Copy out the entries below exactly as they stand, but only from the line containing "#27=EDGE_CURVE('',#25,#25,#26,.T.);" through the line containing "#59=AXIS2_PLACEMENT_3D('',#58,#16,#17);".

(Dataset items)
= = =

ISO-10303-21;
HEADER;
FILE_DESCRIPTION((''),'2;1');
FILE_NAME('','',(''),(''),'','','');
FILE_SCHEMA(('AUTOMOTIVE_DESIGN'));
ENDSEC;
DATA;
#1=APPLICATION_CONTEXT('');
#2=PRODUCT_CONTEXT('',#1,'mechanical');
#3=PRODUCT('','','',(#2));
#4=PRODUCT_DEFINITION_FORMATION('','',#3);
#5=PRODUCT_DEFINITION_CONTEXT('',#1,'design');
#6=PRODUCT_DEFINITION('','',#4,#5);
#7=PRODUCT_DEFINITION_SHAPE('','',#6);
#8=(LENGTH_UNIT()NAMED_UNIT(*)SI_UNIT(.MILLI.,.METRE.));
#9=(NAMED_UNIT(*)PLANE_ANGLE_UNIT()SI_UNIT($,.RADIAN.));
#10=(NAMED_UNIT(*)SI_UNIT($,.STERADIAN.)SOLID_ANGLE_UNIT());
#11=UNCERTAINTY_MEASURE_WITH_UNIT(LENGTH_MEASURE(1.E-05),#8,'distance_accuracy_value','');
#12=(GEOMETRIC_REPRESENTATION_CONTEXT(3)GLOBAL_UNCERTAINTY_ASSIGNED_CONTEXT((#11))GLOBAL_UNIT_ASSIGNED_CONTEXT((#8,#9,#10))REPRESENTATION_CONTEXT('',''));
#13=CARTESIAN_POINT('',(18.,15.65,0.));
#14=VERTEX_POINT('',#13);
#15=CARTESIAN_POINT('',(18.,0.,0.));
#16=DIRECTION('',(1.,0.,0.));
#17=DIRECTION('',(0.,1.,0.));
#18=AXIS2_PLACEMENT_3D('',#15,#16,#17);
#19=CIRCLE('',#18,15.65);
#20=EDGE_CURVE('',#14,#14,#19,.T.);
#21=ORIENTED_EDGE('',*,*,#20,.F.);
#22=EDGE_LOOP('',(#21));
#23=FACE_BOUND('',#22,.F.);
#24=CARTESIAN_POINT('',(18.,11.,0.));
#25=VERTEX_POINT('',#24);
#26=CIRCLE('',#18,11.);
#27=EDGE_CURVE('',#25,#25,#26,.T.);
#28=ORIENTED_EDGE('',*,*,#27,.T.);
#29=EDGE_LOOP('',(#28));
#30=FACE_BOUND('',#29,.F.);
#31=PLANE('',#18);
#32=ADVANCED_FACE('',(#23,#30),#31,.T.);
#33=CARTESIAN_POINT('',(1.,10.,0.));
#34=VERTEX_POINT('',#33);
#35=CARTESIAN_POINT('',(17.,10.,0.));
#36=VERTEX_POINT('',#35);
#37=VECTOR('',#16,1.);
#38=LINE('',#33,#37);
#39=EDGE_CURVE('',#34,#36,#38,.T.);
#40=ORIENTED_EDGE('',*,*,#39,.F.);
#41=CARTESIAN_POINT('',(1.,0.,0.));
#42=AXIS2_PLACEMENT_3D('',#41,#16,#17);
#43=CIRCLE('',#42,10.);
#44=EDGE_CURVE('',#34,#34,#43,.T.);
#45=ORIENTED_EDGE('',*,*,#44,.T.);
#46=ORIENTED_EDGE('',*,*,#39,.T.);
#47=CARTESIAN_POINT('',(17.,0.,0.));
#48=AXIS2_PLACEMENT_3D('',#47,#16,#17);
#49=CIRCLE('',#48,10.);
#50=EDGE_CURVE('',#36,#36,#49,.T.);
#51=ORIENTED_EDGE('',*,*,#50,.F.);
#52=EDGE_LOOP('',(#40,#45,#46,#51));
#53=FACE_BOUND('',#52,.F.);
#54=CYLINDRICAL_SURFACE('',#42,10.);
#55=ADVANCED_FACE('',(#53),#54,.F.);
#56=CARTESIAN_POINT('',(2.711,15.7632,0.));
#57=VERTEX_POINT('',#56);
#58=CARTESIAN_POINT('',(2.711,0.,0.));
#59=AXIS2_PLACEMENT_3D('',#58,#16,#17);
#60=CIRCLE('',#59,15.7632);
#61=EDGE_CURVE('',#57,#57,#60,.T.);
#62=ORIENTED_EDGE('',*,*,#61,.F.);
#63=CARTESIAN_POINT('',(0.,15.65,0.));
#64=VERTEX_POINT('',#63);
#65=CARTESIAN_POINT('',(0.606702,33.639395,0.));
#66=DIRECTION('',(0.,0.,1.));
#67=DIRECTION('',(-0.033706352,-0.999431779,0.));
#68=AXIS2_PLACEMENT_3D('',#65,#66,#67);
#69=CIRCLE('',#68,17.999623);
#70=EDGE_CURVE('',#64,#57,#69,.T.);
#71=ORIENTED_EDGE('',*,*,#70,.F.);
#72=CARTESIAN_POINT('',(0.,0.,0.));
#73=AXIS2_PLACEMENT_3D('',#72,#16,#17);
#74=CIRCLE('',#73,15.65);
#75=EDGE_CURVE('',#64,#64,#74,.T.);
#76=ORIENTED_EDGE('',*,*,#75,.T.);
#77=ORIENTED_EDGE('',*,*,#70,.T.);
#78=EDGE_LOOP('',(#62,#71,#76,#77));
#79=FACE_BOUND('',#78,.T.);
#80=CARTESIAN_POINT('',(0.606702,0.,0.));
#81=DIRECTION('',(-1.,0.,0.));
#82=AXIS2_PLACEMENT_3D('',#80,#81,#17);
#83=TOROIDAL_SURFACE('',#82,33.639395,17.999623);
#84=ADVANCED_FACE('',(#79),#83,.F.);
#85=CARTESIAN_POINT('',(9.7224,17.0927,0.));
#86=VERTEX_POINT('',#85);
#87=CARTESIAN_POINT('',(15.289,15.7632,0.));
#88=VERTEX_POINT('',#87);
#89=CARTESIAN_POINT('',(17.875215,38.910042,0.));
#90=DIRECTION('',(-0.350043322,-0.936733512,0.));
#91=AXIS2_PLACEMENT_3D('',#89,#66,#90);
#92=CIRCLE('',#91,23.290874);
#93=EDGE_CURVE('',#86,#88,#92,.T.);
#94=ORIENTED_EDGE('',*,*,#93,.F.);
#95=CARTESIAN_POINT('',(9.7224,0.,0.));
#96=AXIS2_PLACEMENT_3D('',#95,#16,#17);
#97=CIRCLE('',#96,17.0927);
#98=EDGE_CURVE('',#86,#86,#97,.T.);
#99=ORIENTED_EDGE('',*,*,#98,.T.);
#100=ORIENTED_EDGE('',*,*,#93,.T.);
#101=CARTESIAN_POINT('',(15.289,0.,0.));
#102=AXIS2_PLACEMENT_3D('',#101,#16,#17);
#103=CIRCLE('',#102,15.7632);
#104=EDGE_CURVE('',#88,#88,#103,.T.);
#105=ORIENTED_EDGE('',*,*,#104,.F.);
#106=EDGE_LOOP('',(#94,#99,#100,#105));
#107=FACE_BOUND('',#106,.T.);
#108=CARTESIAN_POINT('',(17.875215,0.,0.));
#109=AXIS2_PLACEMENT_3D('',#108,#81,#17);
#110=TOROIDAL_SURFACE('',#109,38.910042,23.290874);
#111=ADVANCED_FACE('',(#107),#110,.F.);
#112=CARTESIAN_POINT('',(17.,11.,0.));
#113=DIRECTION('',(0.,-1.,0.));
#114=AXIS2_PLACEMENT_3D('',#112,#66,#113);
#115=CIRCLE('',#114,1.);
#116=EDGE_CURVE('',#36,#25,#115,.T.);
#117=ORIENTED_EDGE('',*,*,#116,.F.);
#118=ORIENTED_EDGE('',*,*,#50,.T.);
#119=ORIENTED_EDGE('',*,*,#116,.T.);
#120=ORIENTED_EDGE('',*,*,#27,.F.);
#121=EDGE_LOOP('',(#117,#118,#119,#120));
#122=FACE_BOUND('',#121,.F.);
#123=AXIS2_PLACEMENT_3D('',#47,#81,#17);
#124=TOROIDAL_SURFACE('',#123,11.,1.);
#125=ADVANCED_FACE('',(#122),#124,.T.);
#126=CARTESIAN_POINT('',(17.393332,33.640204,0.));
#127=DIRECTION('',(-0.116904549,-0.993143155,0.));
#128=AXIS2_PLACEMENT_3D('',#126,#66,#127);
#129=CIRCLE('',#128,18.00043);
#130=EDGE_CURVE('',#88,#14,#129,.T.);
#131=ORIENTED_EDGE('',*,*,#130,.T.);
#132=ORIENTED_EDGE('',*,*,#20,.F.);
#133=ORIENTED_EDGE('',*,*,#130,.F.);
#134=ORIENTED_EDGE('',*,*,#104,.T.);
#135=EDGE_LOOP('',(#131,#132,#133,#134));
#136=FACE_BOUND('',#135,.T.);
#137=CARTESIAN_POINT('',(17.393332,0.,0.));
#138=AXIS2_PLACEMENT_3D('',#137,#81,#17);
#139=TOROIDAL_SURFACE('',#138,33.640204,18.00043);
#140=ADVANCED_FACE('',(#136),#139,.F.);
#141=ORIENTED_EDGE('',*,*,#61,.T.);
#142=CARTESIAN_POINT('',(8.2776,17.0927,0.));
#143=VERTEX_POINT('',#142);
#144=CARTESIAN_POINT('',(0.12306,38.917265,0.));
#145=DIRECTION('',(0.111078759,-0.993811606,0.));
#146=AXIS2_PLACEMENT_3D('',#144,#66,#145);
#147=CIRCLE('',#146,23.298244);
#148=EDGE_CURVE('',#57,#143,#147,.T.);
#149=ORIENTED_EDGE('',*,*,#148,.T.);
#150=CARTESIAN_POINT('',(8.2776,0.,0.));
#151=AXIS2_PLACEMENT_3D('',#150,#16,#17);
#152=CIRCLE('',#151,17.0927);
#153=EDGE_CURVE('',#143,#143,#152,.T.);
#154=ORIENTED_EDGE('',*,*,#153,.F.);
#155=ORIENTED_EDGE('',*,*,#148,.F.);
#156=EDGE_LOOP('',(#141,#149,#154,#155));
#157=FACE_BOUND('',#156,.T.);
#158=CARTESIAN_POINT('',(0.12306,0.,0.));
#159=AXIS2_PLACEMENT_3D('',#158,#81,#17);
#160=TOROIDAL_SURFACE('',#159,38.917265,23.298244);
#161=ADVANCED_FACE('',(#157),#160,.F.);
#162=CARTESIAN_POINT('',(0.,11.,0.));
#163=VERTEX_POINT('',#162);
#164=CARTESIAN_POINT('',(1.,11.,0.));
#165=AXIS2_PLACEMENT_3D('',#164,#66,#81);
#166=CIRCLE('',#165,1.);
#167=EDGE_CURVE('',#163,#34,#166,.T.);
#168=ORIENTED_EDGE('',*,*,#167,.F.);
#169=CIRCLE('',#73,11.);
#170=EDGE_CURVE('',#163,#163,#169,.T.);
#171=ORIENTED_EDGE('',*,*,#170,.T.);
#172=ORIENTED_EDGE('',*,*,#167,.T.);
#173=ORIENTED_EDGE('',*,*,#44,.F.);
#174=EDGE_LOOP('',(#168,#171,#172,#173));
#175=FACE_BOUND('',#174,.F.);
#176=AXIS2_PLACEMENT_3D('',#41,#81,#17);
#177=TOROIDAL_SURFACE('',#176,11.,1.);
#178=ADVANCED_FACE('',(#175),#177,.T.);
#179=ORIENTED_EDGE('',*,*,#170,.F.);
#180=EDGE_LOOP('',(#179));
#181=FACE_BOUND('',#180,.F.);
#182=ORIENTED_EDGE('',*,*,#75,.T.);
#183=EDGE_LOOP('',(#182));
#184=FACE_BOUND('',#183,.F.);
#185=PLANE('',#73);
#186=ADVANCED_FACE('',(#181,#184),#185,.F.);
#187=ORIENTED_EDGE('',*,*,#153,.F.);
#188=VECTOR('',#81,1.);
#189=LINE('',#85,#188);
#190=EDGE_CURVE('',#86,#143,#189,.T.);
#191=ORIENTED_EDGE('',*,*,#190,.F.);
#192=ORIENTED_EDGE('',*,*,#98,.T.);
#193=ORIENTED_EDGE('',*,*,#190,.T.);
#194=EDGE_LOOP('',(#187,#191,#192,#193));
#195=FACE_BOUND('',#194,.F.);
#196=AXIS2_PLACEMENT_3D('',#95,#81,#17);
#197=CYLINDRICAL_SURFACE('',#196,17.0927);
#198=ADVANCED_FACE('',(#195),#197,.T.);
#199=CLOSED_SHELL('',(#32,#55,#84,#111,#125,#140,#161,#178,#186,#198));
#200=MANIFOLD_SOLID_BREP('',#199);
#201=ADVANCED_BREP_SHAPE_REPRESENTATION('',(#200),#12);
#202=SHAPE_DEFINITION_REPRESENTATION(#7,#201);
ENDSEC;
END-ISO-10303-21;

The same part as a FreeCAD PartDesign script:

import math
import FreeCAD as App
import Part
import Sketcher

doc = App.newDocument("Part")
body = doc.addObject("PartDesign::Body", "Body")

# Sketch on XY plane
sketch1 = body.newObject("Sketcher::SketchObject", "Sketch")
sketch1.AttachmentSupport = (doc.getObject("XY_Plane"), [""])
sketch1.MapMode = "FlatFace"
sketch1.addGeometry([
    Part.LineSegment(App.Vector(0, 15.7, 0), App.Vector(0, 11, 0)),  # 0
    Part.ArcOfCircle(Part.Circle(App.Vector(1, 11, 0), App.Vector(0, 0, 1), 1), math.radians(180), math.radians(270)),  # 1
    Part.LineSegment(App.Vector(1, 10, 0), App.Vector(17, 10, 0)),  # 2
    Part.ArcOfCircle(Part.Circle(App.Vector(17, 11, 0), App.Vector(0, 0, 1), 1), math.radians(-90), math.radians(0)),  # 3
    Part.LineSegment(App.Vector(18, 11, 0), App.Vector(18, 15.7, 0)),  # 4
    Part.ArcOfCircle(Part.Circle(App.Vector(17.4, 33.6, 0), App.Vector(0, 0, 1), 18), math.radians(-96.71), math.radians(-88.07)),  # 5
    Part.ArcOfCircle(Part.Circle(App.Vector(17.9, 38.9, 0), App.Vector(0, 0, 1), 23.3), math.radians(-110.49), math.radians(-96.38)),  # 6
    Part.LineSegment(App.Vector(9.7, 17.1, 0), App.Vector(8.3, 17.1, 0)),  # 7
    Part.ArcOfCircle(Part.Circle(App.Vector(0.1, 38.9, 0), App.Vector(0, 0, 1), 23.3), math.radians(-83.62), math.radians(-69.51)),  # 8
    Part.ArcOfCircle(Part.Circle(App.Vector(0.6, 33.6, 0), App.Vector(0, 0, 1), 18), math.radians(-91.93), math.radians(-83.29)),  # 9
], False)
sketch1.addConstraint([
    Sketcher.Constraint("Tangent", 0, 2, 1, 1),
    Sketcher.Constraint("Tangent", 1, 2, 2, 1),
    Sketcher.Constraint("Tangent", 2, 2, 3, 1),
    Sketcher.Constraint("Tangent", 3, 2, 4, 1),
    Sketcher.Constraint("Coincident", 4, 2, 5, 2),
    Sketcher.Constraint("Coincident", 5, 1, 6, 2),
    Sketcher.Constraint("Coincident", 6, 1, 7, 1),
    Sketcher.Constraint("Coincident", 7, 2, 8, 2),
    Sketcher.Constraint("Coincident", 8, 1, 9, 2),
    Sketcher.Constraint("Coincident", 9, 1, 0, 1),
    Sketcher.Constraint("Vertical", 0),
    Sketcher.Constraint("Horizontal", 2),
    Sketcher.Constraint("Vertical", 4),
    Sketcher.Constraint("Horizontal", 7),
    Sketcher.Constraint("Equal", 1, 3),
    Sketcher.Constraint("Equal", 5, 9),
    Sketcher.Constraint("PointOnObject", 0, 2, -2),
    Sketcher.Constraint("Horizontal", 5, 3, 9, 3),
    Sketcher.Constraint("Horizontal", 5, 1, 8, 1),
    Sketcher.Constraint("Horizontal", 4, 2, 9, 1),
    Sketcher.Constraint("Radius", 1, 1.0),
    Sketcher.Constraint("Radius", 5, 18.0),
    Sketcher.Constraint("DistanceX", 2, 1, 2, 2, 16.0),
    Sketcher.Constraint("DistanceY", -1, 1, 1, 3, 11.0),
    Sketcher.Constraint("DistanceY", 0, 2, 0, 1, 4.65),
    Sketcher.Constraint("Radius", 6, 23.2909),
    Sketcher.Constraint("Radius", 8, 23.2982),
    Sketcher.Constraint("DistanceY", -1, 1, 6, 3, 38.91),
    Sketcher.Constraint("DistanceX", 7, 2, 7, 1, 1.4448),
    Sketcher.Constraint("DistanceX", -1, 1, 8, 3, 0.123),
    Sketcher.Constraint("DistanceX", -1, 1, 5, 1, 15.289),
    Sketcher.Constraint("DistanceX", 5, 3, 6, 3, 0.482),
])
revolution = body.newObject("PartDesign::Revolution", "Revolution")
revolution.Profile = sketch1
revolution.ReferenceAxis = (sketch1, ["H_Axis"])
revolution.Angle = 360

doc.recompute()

= = =

_Result_
#27=EDGE_CURVE('',#25,#25,#26,.T.);
#28=ORIENTED_EDGE('',*,*,#27,.T.);
#29=EDGE_LOOP('',(#28));
#30=FACE_BOUND('',#29,.F.);
#31=PLANE('',#18);
#32=ADVANCED_FACE('',(#23,#30),#31,.T.);
#33=CARTESIAN_POINT('',(1.,10.,0.));
#34=VERTEX_POINT('',#33);
#35=CARTESIAN_POINT('',(17.,10.,0.));
#36=VERTEX_POINT('',#35);
#37=VECTOR('',#16,1.);
#38=LINE('',#33,#37);
#39=EDGE_CURVE('',#34,#36,#38,.T.);
#40=ORIENTED_EDGE('',*,*,#39,.F.);
#41=CARTESIAN_POINT('',(1.,0.,0.));
#42=AXIS2_PLACEMENT_3D('',#41,#16,#17);
#43=CIRCLE('',#42,10.);
#44=EDGE_CURVE('',#34,#34,#43,.T.);
#45=ORIENTED_EDGE('',*,*,#44,.T.);
#46=ORIENTED_EDGE('',*,*,#39,.T.);
#47=CARTESIAN_POINT('',(17.,0.,0.));
#48=AXIS2_PLACEMENT_3D('',#47,#16,#17);
#49=CIRCLE('',#48,10.);
#50=EDGE_CURVE('',#36,#36,#49,.T.);
#51=ORIENTED_EDGE('',*,*,#50,.F.);
#52=EDGE_LOOP('',(#40,#45,#46,#51));
#53=FACE_BOUND('',#52,.F.);
#54=CYLINDRICAL_SURFACE('',#42,10.);
#55=ADVANCED_FACE('',(#53),#54,.F.);
#56=CARTESIAN_POINT('',(2.711,15.7632,0.));
#57=VERTEX_POINT('',#56);
#58=CARTESIAN_POINT('',(2.711,0.,0.));
#59=AXIS2_PLACEMENT_3D('',#58,#16,#17);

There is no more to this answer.